方特见了船上的官军,不去走路逃命,却指着官船大声叫骂:“你那乌龟王八蛋,饭后没事干!你走你的路,俺撑俺的船,如何敢来追俺?贼孙!要敢下船过来时,爷把你这王八孙,一个个都砍翻!”

官船上的官军听见方特叫骂,哄然大笑起来。有个官军在船上大声叫道:“前面行船的汉子,不要害怕!等俺一等,给你果子吃!”官军叫喊着,他们的船已经靠岸。

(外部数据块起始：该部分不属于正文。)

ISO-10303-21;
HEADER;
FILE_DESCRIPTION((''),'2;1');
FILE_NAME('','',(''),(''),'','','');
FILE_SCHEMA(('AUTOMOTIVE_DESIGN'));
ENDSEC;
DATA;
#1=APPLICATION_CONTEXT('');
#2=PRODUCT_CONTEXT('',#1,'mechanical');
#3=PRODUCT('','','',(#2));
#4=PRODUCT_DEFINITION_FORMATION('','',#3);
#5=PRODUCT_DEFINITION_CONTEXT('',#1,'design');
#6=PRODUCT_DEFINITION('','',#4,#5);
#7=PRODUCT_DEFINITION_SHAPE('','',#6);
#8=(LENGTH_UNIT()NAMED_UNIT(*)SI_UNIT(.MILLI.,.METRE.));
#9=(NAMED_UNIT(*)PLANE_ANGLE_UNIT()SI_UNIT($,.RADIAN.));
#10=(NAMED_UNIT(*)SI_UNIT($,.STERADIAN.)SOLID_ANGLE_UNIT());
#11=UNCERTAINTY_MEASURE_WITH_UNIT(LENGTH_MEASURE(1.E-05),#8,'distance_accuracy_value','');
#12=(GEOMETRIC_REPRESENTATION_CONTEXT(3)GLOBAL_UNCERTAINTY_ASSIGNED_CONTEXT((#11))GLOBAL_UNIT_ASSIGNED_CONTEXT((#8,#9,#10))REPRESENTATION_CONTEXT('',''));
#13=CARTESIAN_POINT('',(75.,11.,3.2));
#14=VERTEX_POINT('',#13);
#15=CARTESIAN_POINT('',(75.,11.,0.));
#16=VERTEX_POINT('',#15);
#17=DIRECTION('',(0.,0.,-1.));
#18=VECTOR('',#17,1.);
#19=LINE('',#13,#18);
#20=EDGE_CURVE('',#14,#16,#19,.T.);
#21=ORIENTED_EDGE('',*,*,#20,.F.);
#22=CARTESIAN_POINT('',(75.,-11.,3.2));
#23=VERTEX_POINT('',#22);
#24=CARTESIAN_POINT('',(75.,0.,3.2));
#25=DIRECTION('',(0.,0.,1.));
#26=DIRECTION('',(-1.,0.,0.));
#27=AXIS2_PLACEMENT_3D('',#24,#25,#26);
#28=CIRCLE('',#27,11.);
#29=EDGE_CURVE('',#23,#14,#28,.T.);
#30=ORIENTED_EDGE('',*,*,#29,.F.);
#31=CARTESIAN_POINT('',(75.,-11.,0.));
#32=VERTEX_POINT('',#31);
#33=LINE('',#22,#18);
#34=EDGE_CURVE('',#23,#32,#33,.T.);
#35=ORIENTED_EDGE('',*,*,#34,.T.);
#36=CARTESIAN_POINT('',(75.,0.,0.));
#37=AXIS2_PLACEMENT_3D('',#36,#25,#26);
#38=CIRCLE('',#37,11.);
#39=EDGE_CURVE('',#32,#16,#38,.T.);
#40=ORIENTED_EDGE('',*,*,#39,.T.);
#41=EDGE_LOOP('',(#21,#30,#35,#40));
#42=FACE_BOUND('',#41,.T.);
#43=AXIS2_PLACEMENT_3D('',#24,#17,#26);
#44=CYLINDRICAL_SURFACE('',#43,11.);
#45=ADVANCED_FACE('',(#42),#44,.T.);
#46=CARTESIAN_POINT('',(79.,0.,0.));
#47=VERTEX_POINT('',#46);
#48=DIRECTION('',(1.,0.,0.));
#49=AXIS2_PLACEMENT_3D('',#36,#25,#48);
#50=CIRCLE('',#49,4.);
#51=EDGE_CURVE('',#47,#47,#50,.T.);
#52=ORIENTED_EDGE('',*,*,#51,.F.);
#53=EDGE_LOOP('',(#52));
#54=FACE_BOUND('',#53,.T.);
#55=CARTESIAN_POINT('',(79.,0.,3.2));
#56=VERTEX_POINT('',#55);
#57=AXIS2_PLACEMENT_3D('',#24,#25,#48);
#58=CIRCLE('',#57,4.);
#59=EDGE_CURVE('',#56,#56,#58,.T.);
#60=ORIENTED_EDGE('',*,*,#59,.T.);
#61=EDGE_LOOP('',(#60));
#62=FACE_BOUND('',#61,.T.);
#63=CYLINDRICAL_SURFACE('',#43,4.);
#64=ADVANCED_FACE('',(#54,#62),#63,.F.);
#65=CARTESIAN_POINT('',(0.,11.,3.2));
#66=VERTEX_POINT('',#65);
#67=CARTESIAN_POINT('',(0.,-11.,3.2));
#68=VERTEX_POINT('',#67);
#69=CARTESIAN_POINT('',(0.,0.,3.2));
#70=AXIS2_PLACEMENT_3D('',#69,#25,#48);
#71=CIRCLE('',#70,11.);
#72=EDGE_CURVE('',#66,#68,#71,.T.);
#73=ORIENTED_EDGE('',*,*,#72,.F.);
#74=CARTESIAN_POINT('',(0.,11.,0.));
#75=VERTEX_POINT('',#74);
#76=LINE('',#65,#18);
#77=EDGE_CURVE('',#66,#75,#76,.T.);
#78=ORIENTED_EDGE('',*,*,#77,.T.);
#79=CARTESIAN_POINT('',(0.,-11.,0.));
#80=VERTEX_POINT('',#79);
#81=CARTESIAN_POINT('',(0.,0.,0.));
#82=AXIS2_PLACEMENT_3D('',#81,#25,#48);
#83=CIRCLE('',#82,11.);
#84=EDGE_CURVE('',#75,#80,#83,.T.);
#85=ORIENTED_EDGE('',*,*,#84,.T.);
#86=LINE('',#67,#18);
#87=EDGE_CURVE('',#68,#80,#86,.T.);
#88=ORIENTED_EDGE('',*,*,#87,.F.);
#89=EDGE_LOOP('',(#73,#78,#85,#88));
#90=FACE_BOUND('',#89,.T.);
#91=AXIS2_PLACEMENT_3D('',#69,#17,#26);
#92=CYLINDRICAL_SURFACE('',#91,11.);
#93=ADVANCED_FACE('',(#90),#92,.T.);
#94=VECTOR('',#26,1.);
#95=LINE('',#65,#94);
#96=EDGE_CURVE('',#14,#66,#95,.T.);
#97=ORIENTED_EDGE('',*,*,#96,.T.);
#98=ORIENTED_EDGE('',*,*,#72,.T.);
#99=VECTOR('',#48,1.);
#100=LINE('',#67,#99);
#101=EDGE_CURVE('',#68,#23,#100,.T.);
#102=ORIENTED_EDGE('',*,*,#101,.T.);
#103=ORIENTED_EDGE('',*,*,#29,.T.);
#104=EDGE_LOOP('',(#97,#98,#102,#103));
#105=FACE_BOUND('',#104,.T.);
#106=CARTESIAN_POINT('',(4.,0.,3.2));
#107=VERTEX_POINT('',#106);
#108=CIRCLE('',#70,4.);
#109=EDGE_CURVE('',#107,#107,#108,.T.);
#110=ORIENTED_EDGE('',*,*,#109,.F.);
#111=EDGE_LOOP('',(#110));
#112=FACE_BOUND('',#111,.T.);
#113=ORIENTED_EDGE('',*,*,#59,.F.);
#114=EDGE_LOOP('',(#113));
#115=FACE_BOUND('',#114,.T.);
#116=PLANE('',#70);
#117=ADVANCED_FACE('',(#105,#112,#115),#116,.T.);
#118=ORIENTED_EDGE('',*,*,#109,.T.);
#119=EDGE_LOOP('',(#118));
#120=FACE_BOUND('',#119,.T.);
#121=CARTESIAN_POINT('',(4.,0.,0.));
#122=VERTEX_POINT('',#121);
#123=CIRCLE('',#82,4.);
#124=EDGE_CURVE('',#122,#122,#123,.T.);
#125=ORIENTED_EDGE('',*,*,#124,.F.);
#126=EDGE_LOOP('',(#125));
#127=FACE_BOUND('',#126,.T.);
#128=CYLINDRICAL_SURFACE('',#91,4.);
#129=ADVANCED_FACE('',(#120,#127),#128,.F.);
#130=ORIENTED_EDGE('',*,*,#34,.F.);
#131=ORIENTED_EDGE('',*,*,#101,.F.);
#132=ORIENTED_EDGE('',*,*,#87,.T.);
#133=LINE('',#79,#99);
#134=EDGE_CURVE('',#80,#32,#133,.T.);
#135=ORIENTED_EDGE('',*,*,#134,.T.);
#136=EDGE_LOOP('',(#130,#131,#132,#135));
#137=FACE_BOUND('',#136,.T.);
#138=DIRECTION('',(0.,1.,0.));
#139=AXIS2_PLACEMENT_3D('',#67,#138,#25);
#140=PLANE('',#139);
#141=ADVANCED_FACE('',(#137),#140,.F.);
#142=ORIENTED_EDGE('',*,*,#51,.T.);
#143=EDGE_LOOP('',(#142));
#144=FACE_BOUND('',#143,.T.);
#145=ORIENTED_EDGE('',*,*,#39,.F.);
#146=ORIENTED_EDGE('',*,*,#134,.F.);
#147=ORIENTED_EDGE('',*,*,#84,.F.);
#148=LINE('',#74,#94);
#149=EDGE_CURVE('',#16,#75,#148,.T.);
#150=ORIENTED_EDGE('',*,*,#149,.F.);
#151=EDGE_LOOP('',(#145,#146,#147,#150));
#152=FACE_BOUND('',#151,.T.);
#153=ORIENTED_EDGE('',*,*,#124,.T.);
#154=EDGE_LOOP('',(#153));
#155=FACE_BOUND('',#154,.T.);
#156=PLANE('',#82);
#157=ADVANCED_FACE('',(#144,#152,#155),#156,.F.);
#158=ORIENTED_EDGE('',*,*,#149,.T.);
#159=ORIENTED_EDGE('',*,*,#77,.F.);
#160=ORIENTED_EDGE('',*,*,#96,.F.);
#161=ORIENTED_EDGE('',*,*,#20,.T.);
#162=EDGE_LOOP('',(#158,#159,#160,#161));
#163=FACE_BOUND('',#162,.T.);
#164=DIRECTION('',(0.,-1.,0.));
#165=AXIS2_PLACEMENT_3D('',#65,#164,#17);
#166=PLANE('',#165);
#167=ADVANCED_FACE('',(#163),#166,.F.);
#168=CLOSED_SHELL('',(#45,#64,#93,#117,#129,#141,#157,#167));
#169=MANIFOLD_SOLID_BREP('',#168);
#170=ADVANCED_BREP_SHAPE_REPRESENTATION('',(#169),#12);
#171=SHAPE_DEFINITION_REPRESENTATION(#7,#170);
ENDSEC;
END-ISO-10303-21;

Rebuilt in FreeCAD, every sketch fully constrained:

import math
import FreeCAD as App
import Part
import Sketcher

V = App.Vector

doc = App.newDocument("Part")
body = doc.addObject("PartDesign::Body", "Body")

# Sketch on XY plane
sketch1 = doc.addObject("Sketcher::SketchObject", "Sketch")
body.addObject(sketch1)
sketch1.AttachmentSupport = (doc.XY_Plane, [""])
sketch1.MapMode = "FlatFace"
sketch1.addGeometry([
    Part.LineSegment(V(75, 11, 0), V(0, 11, 0)),  # 0
    Part.ArcOfCircle(Part.Circle(V(0, 0, 0), V(0, 0, 1), 11), math.radians(90), math.radians(270)),  # 1
    Part.LineSegment(V(0, -11, 0), V(75, -11, 0)),  # 2
    Part.ArcOfCircle(Part.Circle(V(75, 0, 0), V(0, 0, 1), 11), math.radians(-90), math.radians(90)),  # 3
    Part.Circle(V(75, 0, 0), V(0, 0, 1), 4),  # 4
    Part.Circle(V(0, 0, 0), V(0, 0, 1), 4),  # 5
], False)
sketch1.addConstraint([
    Sketcher.Constraint("Tangent", 0, 2, 1, 1),
    Sketcher.Constraint("Tangent", 1, 2, 2, 1),
    Sketcher.Constraint("Tangent", 2, 2, 3, 1),
    Sketcher.Constraint("Tangent", 3, 2, 0, 1),
    Sketcher.Constraint("Horizontal", 0),
    Sketcher.Constraint("Horizontal", 2),
    Sketcher.Constraint("Coincident", 1, 3, -1, 1),
    Sketcher.Constraint("Coincident", 5, 3, -1, 1),
    Sketcher.Constraint("Coincident", 4, 3, 3, 3),
    Sketcher.Constraint("Equal", 4, 5),
    Sketcher.Constraint("Diameter", 4, 8.0),
    Sketcher.Constraint("Radius", 1, 11.0),
    Sketcher.Constraint("DistanceX", 0, 2, 0, 1, 75.0),
])
pad1 = doc.addObject("PartDesign::Pad", "Pad")
body.addObject(pad1)
pad1.Profile = sketch1
pad1.Length = 3.2

doc.recompute()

尚让留神细看,见来的官军有限,心里略宽,叫刘强道:“哥快上到树上!”刘强不解:“这时候上树干啥?”尚让道:“爬到树的高处,望望西方、南方,看有没有官军。望罢快下来!”

刘强三攀两蹬爬到树上,手抱树干,拨开树枝,四下瞭望。见远处没有兵马,刘强哧溜一声从树上下来,对尚让说道:“就这一拨官军,西边、南边,都没有官军!”尚让道:“如此,可以放心了!”尚让招呼刘强道:“哥,咱们走!等他们追来,再作理论。”二人追赶上毕师铎,大踏步往北行去。

毕师铎问许京:“共有几张弓?”许京应道:“九张弓,一百四五十支箭。”毕师铎说道:“弓箭虽是不多,却也够用了。兄弟,记着:我要是有个闪失,别忘了忌日烧香!”许京仰天大笑道:“哥说哪里话!贼不死清,我决不亡!”他兄弟们说着话,急急往北逃去。

再说官军。他们停下船后,明明看见水贼,却不急追。他们撑出来一只空船,去河南岸接渡那两骑快马北来。

船上跳下来的官军,就如一窝乱蜂一般,直扑九只粮船。他们登上粮船,把船舱仔细搜查。等到李涛都头和那作眼的军卒来到北岸时,他们已经把谷船搜查了一遍。

李涛都头下船,坐在岸边。你看这员武将:

头戴铜盔耀日新,外服铁甲正合身。高头大马朝天啸,长剑青虹寒气晕。

杀虎貌,打豹喷,精明大眼计谋真。不知武艺藏多少,先聚兵卒分现金。

——《鹧鸪天》

李涛都头见将士们都已得手,沉下脸来说道:“出征惯例,搜劫财物,官兵各半。快拿出来!”官军们老实,都来到李涛都头的面前,交出在船上搜得的银子。李都头当众点视后,共得两千一十二两三钱银子。李涛说道:“拨出一千一十两白银,你们众军分用!”说罢,把所余的银两包装妥当,捆在马鞍上。